Вышеназванные синхронно закивали, Данай немного подумал, а потом:
– Мама с папой передавали мои письма на почту…
– Вернее не передавали – ядовито заметила Либерти – и теперь я оказалась крайней, хорошо, что у тебя тарана с собой не было, а то бы ты наш дом вообще снес подчистую.
Данай пристыжено молчал.
– Ну хорошо, а как ты сюда добрался, неужели миледи и лорд так просто тебя отпустили?
– Я сбежал – вякнул Данай.
– Отлично – Либерти не утерпела и зло выругалась – я так понимаю, ты не сам на лошадь влез, тебе помогали как минимум камердинер и конюх, а значит, через пару часиков здесь будет весь клан Гиленхаалов с целой армией стражи или еще хуже – ведонгов. Ох, надрать бы тебе задницу, чтобы месяц на животе спал.
– Я просто очень сильно по тебе соскучился.
Либерти оставалось лишь развести руками – по-моему у Даная развилась какая-то мания насчет неё, ох, не к добру это, не к добру.
13
Как Либерти и предполагала на рассвете к их дому подлетели пять взмыленных лошадей – это были лорд и миледи Гиленхаалы собственной персоной и трое стражников. На крыльце их встретил Вальмор.
– Где он? – сухо бросил лорд.
Вальмор поспешно открыл дверь – лорд и миледи вошли и увидели, что их сын, словно какой-то простолюдин, сидит за деревянным столом, без скатерти и золотых подсвечников и ест кашу с грубым черным хлебом.
– Данай! – взвизгнула миледи – ты что это творишь?!
– Данай! – вторил ей муж – да мы тебя, о-о, да я … у-у-у!!!
А потом они еще увидели ссадину на его лбу, и их визг перешел все мыслимые границы. Данай хотел было вставить своё слово, но Либерти его остановила:
– Пусть проорутся.
Через 20 минут чета Гиленхаалов наконец выдохлась и тогда Данай спокойно так заявил:
– Вы сами довели меня до этого, так что теперь настала пора играть по моим правилам. Выбирайте, или я остаюсь жить здесь или уезжаю домой, но с Либерти.
Миледи Гиленхаал просто онемела, а лорд наоборот, опять начала орать, перемешивая брань с угрозами. Вальмор с Лилией давно сидели по своим комнатам заткнув уши, ну а Либерти спокойно ждала, когда отец и сын наконец выяснят отношения и она пойдет паковать вещи. На этот раз она уедет с удовольствием, а в том, что Данай настоит на своём, она ничуточку не сомневалась.
– Делай что хочешь! – взревел напоследок лорд Гиленхаал и выбежал из дома.

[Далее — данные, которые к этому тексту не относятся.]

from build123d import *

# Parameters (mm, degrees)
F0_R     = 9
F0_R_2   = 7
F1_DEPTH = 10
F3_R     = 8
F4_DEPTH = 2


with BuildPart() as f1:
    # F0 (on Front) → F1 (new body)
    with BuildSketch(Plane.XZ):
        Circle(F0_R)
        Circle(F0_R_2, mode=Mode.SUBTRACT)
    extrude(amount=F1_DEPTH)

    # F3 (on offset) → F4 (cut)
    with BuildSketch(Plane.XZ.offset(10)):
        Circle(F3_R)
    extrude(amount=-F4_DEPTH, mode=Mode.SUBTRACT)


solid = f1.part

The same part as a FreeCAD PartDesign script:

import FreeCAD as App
import Part
import Sketcher

V = App.Vector
Q = App.Units.Quantity

doc = App.newDocument("Part")
params = doc.addObject("Spreadsheet::Sheet", "Params")
for row, (alias, value) in enumerate([
    ("sketch1_diameter", "18 mm"),
    ("sketch1_diameter2", "14 mm"),
    ("pad1_length", "10 mm"),
    ("sketch2_diameter", "16 mm"),
    ("pocket1_length", "2 mm"),
], start=1):
    params.set(f"A{row}", alias)
    params.set(f"B{row}", "=" + value)
    params.setAlias(f"B{row}", alias)

body = doc.addObject("PartDesign::Body", "Body")

sketch1 = doc.addObject("Sketcher::SketchObject", "Sketch")
body.addObject(sketch1)
sketch1.AttachmentSupport = (doc.XZ_Plane, [""])
sketch1.MapMode = "FlatFace"
sketch1.addGeometry([
    Part.Circle(V(0, 0, 0), V(0, 0, 1), 9),
    Part.Circle(V(0, 0, 0), V(0, 0, 1), 7),
], False)
sketch1.addConstraint([
    Sketcher.Constraint("Coincident", 0, 3, -1, 1),
    Sketcher.Constraint("Coincident", 1, 3, -1, 1),
    Sketcher.Constraint("Diameter", 0, Q("18 mm")),
    Sketcher.Constraint("Diameter", 1, Q("14 mm")),
])
sketch1.setExpression("Constraints[2]", "Params.sketch1_diameter")
sketch1.setExpression("Constraints[3]", "Params.sketch1_diameter2")
pad1 = doc.addObject("PartDesign::Pad", "Pad")
body.addObject(pad1)
pad1.Profile = sketch1
pad1.setExpression("Length", "Params.pad1_length")

sketch2 = doc.addObject("Sketcher::SketchObject", "Sketch001")
body.addObject(sketch2)
sketch2.AttachmentSupport = (doc.XZ_Plane, [""])
sketch2.MapMode = "FlatFace"
sketch2.AttachmentOffset = App.Placement(V(0, 0, 10), App.Rotation())
sketch2.addGeometry(Part.Circle(V(0, 0, 0), V(0, 0, 1), 8), False)
sketch2.addConstraint([
    Sketcher.Constraint("Coincident", 0, 3, -1, 1),
    Sketcher.Constraint("Diameter", 0, Q("16 mm")),
])
sketch2.setExpression("Constraints[1]", "Params.sketch2_diameter")
pocket1 = doc.addObject("PartDesign::Pocket", "Pocket")
body.addObject(pocket1)
pocket1.Profile = sketch2
pocket1.setExpression("Length", "Params.pocket1_length")

doc.recompute()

Данай перевел взгляд ан мать – та горестно вздохнула, но деваться было некуда.
– Я хочу, чтобы Либерти была моей сиделкой, с полагающимся ей жалованием и прочим – говорил Данай, когда его уже сажали на лошадь. Больше всего ему конечно хотелось привязать Либерти к себе веревками или кандалами, но пока и так сойдет.
Либерти же испытывала двойственное чувство – конечно, она уезжала ради Вальмора и Лилии, но если бы кто-нибудь из них попросил её остаться, она бы осталась не задумываясь. Каким-то шестым чувством Либерти понимала, что теперь всё будет по-другому, изменится её жизнь, изменится её окружение, да и сама она уже тоже не прежняя девочка, которой нравилось, когда Вальмор читал ей на ночь сказки. Почти шесть лет он был её семьей, и вот теперь она уходит, а он даже не протестует. Как грустно осознавать, что детство кончилось, что оно ушло безвозвратно.
– Либерти, т пиши нам письма как можно чаще и приезжай на каждых выходных – Вальмор обнял Либерти – жалование трать по своему усмотрению, не отказывай себе ни в чем, если что, я пришлю тебе еще денег.
– Хорошо – Либерти вдруг вытянула у него из-под рубахи цепочку с кольцом – отдай мне его, Вальмор – попросила она, смотря ему в глаза и моля про себя, чтобы он запретил ей ехать.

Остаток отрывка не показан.